It seems I'm making a very basic error but I cannot find it.
Homework Equations
Starting from (p1+p2->p3+p4):
[tex]\frac{d \sigma}{d\Omega}=\frac{1}{64\pi^2s}\frac{\left|\vec{p}_3^{CM}\right|}{\left|\vec{p}_1^{CM}\right|}\left|M\right|^2[/tex]

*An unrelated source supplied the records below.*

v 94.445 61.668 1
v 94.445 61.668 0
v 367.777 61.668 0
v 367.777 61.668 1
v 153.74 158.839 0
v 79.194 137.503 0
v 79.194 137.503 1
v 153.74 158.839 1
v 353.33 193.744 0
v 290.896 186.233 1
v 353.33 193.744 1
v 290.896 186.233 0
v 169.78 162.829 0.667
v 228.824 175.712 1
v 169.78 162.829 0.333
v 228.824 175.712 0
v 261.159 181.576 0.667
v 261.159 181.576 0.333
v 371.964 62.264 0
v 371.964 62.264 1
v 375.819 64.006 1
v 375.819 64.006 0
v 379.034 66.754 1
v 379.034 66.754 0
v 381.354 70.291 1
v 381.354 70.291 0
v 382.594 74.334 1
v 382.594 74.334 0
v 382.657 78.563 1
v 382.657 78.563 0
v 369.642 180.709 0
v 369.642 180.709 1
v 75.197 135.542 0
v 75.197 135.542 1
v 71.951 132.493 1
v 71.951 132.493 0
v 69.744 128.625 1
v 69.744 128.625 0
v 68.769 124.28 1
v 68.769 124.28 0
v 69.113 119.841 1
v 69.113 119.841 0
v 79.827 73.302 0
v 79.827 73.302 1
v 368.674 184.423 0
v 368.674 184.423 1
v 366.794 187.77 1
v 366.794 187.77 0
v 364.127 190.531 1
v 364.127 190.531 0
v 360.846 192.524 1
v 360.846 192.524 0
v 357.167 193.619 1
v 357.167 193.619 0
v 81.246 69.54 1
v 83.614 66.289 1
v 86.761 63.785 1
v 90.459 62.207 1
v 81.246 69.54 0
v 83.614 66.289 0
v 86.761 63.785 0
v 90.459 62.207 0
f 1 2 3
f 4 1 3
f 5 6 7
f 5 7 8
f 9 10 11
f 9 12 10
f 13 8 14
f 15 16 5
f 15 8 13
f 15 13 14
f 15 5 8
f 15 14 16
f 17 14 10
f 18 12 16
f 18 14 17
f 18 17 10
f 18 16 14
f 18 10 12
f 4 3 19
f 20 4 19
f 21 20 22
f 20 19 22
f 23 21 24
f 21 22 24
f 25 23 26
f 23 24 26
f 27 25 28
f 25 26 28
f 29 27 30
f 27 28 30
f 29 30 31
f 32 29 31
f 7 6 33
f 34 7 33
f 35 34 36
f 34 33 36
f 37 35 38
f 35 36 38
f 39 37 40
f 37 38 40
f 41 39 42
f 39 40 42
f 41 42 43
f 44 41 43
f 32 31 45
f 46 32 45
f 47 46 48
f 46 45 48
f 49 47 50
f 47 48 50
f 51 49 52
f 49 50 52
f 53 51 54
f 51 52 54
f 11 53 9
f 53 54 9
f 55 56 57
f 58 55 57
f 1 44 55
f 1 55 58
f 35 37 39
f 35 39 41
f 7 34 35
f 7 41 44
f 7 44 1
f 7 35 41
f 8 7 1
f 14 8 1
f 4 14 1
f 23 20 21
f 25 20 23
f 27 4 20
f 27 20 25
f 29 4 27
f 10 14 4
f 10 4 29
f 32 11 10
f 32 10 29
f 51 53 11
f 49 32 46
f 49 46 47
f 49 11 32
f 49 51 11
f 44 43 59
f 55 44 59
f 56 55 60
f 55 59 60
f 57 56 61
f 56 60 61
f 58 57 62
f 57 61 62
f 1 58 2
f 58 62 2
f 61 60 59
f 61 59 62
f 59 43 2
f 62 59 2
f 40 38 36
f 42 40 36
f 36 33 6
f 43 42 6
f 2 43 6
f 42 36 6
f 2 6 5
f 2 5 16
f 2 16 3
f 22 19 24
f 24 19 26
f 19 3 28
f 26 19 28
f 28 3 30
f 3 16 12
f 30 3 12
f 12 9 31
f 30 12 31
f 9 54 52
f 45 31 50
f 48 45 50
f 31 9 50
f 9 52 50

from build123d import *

# Parameters (mm, degrees)
RESSALTO_EXTRUS_O1_DEPTH = 1


with BuildPart() as part:
    # Esboço1 → Ressalto-extrusão1 (new body)
    with BuildSketch(Plane.XY):
        with BuildLine():
            Line((94.444598391, 61.667599804), (367.776904696, 61.667599804))
            ThreePointArc((367.776904696, 61.667599804), (379.03385921, 66.75392364), (382.656611581, 78.563469793))
            Line((382.656611581, 78.563469793), (369.641986092, 180.708560753))
            ThreePointArc((369.641986092, 180.708560753), (364.126605538, 190.530599808), (353.330083137, 193.744161368))
            add(Edge.make_bspline(
                [(79.194488068, 137.503422788), (169.384224686, 166.11838017), (260.762756376, 184.86529303), (353.330083137, 193.744161368)],
                knots=[0.031642667, 0.031642667, 0.031642667, 0.031642667, 0.681355193, 0.681355193, 0.681355193, 0.681355193], degree=3))
            ThreePointArc((79.194488068, 137.503422788), (70.703408387, 130.641376571), (69.113130899, 119.840583547))
            Line((69.113130899, 119.840583547), (79.826960066, 73.302388103))
            ThreePointArc((79.826960066, 73.302388103), (85.103243444, 64.931370096), (94.444598391, 61.667599804))
        make_face()
    extrude(amount=RESSALTO_EXTRUS_O1_DEPTH)


solid = part.part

And knowing that for this particular process we have ([tex]t=(p_1-p3)^2[/tex]):
[tex]t=m^2-2\left(E_{1}^0 E_{3}^0-\left|\vec{p}_3^{CM}\right| \left|\vec{p}_1^{CM}\right| cos(\theta)\right)=m^2-\frac{s}{2}+\frac{1}{2}\sqrt{s(s-4m^2)}cos(\theta)[/tex]
I then calculate:
[tex]d\theta=-\frac{2}{\sqrt{s(s-4m^2)}sin(\theta)}[/tex]
And use this in:
[tex]d\Omega=sin(\theta)d\theta d\phi[/tex]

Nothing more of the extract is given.